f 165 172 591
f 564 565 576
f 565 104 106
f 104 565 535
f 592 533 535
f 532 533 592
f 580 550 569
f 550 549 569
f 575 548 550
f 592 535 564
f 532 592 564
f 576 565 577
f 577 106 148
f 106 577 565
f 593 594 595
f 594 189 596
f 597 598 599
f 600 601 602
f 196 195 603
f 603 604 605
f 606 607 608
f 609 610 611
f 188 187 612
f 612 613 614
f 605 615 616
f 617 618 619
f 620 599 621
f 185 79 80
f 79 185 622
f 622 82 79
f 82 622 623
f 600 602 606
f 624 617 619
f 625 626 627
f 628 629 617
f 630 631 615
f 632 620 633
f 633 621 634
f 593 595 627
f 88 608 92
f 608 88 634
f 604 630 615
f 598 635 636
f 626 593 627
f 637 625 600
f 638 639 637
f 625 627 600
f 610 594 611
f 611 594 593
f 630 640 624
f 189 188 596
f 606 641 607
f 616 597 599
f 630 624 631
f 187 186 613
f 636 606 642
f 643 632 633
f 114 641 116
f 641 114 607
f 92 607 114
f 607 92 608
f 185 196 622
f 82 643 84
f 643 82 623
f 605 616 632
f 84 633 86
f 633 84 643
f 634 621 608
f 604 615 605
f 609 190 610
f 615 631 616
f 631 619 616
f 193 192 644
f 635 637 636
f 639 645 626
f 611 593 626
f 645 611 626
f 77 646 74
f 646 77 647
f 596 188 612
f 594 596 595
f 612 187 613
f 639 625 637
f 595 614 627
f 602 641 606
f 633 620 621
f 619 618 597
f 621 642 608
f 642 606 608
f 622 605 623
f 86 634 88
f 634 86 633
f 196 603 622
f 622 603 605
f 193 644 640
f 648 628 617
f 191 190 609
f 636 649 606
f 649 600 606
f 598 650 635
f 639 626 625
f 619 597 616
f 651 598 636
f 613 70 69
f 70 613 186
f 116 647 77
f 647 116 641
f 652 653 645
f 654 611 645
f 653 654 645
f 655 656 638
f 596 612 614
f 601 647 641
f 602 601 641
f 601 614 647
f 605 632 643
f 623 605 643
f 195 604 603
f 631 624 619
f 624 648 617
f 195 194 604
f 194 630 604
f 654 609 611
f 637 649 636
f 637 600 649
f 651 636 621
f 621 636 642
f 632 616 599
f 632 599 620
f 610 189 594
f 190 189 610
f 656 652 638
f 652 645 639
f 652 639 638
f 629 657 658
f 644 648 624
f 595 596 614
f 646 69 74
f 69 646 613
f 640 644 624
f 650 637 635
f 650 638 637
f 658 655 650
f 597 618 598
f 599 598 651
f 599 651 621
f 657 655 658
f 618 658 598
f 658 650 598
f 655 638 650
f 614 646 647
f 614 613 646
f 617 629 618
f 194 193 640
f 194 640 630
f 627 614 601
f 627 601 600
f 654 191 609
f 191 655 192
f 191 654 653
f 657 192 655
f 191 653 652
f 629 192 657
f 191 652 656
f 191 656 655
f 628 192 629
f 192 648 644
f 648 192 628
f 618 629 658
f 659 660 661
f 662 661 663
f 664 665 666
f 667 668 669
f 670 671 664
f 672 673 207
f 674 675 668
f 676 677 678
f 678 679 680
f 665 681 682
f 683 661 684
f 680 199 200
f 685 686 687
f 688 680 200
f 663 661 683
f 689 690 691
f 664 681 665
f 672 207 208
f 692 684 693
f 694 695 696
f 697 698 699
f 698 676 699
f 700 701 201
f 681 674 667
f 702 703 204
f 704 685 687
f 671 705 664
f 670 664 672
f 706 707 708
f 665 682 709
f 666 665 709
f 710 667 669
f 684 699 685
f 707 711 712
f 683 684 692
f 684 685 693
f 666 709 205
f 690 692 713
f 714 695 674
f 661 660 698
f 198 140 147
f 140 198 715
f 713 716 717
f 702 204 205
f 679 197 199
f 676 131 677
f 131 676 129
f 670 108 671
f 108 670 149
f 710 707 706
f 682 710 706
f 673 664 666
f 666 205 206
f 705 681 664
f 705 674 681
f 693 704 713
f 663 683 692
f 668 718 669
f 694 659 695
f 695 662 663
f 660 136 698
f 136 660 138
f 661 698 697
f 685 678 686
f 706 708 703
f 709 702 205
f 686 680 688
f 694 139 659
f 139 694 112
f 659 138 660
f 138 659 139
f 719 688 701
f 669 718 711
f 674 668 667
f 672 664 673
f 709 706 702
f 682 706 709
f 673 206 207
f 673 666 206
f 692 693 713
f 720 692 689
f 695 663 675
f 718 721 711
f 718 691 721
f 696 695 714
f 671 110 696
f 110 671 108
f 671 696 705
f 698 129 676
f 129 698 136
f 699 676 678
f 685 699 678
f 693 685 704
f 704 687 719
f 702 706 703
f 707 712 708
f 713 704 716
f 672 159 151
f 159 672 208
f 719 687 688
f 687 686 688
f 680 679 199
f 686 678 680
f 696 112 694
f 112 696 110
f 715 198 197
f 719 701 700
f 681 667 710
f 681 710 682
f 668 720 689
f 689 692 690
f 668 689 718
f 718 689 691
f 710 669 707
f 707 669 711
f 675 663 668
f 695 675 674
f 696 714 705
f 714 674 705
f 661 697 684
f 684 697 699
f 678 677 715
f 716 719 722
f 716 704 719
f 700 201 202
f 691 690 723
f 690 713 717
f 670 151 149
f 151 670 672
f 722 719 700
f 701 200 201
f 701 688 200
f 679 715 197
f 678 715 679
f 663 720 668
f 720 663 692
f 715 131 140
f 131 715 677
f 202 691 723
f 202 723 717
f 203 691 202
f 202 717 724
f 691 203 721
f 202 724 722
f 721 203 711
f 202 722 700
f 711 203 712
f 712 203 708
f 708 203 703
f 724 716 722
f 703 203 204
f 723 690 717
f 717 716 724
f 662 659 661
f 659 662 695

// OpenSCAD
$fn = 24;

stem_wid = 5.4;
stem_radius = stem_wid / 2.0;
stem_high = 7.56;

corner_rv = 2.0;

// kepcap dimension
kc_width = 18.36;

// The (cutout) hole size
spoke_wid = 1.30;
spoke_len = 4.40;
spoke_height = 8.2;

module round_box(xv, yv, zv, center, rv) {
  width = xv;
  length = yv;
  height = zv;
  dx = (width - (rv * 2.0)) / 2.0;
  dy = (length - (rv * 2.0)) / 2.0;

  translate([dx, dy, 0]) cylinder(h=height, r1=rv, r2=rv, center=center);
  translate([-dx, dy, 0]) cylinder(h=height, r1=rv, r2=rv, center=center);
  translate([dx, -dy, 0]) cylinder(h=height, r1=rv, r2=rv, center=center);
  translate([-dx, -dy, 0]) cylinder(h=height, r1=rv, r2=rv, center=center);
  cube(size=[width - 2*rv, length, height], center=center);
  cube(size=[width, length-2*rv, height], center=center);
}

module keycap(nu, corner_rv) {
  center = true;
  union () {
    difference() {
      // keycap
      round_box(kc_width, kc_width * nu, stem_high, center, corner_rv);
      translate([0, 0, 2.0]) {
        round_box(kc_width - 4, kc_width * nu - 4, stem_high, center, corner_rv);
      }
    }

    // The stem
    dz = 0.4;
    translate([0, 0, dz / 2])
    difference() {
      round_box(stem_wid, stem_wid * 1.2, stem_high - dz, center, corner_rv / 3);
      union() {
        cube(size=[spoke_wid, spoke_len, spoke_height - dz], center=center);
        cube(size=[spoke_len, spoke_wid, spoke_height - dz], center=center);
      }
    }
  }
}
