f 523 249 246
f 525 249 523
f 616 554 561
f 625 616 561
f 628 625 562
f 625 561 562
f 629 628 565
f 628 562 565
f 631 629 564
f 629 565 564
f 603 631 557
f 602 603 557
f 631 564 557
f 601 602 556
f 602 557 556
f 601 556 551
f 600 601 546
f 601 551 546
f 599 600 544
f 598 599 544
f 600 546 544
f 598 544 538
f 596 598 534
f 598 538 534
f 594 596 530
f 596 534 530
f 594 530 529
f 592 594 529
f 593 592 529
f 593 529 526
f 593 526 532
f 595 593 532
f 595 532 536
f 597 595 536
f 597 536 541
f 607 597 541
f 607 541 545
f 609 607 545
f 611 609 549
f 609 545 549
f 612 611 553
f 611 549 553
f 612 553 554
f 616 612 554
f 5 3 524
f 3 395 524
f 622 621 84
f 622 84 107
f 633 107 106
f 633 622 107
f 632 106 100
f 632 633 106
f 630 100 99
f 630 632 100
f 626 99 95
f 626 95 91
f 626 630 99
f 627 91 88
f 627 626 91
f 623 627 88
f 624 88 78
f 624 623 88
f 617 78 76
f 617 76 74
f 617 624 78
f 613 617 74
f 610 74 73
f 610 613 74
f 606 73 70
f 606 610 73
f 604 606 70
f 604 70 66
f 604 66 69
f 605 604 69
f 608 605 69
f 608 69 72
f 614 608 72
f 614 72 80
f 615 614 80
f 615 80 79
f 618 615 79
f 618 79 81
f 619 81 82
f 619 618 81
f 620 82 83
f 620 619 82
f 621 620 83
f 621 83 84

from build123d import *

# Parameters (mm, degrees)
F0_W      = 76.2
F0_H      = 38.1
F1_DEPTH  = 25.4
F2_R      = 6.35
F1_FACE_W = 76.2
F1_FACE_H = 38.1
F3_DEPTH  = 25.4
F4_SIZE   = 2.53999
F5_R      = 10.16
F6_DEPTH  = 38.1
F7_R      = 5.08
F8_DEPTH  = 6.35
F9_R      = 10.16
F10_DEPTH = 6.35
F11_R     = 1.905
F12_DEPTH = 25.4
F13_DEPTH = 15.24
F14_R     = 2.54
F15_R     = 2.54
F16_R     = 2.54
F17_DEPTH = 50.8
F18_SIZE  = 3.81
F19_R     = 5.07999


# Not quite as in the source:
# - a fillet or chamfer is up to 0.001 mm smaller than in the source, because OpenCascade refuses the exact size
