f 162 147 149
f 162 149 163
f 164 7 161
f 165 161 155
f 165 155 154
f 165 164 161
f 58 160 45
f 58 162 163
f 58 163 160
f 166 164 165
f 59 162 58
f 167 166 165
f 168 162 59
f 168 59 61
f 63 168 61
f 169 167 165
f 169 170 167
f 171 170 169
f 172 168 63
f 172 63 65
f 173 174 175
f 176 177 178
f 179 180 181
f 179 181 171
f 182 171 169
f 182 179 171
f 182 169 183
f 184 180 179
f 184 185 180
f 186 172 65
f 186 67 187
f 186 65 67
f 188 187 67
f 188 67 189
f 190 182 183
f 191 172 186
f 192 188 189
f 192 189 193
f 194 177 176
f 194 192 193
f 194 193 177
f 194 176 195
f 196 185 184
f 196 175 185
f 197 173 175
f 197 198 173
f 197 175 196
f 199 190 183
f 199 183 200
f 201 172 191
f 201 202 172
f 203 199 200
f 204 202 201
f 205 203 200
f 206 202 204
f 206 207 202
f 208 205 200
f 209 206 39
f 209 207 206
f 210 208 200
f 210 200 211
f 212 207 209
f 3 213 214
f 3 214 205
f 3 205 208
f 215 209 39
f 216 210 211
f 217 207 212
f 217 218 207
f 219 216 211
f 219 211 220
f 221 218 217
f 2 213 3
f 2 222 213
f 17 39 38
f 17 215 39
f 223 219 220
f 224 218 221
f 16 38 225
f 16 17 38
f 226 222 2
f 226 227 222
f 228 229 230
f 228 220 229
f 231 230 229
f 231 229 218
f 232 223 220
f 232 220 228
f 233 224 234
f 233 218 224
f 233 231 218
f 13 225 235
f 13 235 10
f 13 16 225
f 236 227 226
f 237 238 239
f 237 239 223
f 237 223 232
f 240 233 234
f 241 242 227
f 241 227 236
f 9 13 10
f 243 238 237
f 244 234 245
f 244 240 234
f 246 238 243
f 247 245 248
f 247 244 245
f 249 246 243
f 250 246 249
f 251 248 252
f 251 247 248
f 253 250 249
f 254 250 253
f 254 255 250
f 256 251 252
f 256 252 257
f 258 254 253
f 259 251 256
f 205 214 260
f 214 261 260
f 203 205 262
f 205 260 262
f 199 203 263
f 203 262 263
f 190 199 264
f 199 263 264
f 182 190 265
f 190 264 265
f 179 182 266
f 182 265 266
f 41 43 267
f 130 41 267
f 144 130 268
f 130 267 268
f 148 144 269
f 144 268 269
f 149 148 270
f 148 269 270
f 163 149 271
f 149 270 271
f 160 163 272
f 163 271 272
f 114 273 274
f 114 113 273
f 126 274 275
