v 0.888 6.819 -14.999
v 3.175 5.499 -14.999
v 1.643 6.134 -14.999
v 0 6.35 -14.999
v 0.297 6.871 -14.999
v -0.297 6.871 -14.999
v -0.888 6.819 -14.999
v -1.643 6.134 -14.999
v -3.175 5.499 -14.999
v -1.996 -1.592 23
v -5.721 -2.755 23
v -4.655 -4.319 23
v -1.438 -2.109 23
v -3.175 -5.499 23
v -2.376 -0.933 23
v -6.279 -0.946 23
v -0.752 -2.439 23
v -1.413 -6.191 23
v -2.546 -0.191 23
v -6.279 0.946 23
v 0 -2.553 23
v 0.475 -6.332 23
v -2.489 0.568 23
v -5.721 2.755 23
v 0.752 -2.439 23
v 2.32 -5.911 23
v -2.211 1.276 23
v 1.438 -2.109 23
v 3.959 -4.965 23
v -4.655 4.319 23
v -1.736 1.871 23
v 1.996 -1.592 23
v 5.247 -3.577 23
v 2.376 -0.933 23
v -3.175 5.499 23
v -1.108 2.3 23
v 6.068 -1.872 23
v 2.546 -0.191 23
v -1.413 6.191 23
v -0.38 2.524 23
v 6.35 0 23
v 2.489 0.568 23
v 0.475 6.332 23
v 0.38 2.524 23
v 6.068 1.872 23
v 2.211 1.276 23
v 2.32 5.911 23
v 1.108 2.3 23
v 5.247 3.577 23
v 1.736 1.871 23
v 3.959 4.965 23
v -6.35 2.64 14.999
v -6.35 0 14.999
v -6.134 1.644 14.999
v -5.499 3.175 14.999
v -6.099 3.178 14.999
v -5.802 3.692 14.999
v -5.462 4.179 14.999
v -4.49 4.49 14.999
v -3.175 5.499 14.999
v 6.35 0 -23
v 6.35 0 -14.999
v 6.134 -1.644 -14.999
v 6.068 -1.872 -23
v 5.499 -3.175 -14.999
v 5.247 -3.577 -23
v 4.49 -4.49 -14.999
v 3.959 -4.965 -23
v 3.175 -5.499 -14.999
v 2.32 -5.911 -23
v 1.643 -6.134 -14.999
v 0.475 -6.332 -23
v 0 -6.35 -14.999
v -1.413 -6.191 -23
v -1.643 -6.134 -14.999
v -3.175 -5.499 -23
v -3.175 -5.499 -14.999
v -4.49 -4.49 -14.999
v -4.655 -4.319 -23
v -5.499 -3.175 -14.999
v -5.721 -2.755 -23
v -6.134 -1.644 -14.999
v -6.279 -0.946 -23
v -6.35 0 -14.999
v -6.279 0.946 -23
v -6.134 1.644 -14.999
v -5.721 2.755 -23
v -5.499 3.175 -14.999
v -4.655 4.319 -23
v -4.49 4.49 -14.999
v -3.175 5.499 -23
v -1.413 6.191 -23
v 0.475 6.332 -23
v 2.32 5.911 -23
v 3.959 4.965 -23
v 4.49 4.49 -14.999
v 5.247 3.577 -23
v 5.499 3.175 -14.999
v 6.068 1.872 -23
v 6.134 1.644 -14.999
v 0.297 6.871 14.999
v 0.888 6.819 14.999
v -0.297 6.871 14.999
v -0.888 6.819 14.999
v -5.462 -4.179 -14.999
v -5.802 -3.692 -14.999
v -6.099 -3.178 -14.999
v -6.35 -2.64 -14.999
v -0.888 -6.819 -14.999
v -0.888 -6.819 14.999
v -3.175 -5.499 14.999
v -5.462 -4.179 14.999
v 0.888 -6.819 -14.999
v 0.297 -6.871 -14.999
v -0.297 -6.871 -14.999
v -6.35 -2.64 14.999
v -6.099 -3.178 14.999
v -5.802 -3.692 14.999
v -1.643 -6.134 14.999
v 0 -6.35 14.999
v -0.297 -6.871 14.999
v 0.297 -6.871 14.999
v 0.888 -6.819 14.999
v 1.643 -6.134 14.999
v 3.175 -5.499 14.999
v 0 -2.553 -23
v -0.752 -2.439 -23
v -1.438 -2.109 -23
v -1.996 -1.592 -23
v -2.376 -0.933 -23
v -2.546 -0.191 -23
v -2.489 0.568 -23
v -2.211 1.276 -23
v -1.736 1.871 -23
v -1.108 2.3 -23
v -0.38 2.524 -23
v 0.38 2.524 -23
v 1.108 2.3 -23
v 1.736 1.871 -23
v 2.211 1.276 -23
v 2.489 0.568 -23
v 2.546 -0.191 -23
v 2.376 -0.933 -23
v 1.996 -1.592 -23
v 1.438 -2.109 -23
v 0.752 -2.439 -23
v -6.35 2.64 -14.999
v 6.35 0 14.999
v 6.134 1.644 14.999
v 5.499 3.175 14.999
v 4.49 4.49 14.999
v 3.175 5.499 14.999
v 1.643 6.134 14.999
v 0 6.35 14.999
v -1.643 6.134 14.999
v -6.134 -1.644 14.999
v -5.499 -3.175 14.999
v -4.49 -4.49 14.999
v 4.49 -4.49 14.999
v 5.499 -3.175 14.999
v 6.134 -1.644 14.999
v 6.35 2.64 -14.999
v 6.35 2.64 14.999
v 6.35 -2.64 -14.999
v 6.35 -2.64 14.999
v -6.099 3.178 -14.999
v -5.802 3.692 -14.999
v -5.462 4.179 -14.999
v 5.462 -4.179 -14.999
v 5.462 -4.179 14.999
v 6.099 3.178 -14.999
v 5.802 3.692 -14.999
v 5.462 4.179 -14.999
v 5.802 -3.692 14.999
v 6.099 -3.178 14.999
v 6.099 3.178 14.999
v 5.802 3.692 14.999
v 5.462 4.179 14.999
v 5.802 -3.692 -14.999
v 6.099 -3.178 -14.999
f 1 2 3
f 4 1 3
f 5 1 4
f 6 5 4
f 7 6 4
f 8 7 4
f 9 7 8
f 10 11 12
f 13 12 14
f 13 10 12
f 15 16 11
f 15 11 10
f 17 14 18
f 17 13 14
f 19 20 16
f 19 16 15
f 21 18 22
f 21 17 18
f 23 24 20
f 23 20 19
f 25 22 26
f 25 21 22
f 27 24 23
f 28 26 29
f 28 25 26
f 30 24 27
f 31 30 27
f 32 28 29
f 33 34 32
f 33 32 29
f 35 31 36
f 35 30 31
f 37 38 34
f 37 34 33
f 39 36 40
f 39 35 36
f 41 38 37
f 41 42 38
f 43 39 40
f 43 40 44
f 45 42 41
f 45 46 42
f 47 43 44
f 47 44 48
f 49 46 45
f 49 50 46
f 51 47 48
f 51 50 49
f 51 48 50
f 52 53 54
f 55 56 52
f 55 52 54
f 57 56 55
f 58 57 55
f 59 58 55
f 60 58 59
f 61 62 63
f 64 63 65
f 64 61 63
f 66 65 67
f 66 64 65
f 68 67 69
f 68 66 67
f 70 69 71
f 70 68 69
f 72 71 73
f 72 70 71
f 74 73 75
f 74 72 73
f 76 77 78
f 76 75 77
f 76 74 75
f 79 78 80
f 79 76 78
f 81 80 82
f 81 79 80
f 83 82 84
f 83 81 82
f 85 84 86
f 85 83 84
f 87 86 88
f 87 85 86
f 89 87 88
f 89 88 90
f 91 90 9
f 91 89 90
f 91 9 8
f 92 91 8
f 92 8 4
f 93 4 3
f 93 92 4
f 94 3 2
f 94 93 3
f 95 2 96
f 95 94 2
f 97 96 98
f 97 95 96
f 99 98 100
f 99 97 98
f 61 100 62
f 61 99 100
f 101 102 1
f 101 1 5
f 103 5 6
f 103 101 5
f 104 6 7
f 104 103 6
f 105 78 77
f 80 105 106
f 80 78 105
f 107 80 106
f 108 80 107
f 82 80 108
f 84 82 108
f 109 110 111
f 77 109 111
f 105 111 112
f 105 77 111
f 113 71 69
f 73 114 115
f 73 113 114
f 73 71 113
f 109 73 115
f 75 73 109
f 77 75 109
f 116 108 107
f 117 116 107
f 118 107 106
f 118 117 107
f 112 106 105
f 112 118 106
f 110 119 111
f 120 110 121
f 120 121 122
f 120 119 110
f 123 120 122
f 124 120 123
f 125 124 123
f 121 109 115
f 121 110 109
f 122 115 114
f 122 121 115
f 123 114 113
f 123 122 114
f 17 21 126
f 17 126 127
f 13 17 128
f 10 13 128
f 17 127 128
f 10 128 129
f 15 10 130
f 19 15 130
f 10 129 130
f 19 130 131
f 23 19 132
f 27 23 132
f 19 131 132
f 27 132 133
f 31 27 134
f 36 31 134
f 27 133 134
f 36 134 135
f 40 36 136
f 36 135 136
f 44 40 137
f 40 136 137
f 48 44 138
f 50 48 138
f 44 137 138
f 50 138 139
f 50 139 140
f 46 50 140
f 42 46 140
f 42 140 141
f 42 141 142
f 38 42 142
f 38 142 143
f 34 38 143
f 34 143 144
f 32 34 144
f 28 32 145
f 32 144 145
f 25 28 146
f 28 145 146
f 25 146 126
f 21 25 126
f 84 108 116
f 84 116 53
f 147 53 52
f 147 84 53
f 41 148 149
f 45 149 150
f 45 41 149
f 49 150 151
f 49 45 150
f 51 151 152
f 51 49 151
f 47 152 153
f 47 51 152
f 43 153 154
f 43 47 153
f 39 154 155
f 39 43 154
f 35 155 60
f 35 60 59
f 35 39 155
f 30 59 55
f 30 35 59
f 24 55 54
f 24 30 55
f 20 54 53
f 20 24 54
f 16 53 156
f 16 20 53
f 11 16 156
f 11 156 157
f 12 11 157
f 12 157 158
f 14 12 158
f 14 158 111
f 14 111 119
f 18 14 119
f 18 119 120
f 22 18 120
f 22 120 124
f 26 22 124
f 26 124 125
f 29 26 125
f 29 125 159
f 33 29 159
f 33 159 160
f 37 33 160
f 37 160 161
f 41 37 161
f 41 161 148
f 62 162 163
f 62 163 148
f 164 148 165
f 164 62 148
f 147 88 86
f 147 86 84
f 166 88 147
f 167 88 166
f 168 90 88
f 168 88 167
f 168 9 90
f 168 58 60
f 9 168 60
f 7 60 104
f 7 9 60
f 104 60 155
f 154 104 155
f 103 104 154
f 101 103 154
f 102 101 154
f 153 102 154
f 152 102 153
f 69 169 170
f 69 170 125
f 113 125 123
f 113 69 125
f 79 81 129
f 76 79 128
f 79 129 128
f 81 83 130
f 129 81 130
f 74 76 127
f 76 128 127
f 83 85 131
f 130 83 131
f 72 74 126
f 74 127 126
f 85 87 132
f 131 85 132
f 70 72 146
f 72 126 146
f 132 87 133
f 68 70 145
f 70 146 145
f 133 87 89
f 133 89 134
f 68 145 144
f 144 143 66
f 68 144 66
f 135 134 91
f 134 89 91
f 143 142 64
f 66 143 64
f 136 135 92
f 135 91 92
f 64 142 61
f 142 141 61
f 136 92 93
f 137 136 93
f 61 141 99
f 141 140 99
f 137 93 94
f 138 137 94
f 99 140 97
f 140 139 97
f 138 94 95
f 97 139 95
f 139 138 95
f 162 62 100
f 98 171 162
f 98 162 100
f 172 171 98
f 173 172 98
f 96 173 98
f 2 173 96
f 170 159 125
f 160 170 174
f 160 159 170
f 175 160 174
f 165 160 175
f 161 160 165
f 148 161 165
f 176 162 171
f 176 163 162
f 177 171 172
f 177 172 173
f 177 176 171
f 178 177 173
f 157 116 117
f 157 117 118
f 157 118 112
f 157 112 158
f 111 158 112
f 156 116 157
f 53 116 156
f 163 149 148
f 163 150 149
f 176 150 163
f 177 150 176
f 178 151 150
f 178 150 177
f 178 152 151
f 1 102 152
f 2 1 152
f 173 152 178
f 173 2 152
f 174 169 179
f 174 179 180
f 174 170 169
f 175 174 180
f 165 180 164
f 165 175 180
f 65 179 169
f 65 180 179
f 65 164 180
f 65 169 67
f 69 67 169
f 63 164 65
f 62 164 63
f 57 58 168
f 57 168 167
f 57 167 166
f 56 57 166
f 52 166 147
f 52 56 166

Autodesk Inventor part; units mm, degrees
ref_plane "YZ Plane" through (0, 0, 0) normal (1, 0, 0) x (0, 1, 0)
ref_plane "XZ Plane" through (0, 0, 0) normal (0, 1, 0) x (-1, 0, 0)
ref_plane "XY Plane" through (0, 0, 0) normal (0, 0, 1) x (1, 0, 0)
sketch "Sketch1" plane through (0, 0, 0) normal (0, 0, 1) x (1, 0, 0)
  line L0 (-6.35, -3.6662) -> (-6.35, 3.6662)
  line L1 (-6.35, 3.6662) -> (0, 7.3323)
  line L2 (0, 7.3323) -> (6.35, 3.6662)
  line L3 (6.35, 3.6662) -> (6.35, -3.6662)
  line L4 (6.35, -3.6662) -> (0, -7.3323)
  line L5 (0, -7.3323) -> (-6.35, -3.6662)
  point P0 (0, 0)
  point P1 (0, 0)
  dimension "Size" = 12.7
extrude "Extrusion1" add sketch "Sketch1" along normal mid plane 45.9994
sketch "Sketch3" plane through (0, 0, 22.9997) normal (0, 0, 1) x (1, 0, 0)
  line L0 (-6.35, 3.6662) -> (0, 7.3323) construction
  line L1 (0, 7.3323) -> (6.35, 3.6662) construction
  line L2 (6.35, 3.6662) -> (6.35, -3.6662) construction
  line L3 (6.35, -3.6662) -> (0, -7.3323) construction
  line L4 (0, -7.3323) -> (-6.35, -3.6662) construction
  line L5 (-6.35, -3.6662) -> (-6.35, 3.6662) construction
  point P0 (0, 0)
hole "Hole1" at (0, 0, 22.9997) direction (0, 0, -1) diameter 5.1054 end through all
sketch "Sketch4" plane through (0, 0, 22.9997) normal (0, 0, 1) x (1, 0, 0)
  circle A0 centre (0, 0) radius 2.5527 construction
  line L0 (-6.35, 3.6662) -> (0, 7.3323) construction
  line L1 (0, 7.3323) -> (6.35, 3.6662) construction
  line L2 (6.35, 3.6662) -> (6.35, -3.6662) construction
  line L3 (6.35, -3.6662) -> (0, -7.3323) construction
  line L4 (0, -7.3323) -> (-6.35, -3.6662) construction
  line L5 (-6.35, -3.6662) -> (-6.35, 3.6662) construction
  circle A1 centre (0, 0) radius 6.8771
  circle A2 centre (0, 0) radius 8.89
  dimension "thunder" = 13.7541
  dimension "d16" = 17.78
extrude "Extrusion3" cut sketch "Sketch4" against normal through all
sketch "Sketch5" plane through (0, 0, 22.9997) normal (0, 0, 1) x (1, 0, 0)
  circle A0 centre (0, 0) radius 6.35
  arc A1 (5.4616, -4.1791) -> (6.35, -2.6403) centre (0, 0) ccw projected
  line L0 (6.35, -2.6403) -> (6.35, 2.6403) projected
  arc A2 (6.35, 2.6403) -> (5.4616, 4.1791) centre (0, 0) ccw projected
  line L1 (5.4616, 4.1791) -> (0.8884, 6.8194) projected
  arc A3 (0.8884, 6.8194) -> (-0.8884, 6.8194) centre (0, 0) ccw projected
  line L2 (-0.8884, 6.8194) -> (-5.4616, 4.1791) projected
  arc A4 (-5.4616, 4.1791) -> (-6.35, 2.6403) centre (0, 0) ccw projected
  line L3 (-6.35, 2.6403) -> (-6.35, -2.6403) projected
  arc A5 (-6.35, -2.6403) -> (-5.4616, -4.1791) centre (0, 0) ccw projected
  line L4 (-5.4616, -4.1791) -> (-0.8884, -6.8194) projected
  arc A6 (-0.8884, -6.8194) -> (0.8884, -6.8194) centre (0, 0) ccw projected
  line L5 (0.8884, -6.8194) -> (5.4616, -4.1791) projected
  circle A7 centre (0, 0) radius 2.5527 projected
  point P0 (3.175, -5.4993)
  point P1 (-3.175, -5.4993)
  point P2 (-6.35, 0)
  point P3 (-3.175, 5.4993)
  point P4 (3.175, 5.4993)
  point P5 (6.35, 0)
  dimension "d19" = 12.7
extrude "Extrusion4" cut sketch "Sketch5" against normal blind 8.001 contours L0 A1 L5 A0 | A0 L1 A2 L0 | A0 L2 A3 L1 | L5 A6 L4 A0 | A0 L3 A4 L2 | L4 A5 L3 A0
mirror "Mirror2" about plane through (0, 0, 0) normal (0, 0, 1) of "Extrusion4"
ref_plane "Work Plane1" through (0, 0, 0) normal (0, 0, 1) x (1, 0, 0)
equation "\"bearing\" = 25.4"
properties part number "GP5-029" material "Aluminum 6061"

================================

Exercise description: Only one stretch of the records above is wanted: the lines between the one holding "f 42 141 142" and the one holding "f 18 14 119", inclusive, reproduced exactly.

Solution to this task:
f 42 141 142
f 38 42 142
f 38 142 143
f 34 38 143
f 34 143 144
f 32 34 144
f 28 32 145
f 32 144 145
f 25 28 146
f 28 145 146
f 25 146 126
f 21 25 126
f 84 108 116
f 84 116 53
f 147 53 52
f 147 84 53
f 41 148 149
f 45 149 150
f 45 41 149
f 49 150 151
f 49 45 150
f 51 151 152
f 51 49 151
f 47 152 153
f 47 51 152
f 43 153 154
f 43 47 153
f 39 154 155
f 39 43 154
f 35 155 60
f 35 60 59
f 35 39 155
f 30 59 55
f 30 35 59
f 24 55 54
f 24 30 55
f 20 54 53
f 20 24 54
f 16 53 156
f 16 20 53
f 11 16 156
f 11 156 157
f 12 11 157
f 12 157 158
f 14 12 158
f 14 158 111
f 14 111 119
f 18 14 119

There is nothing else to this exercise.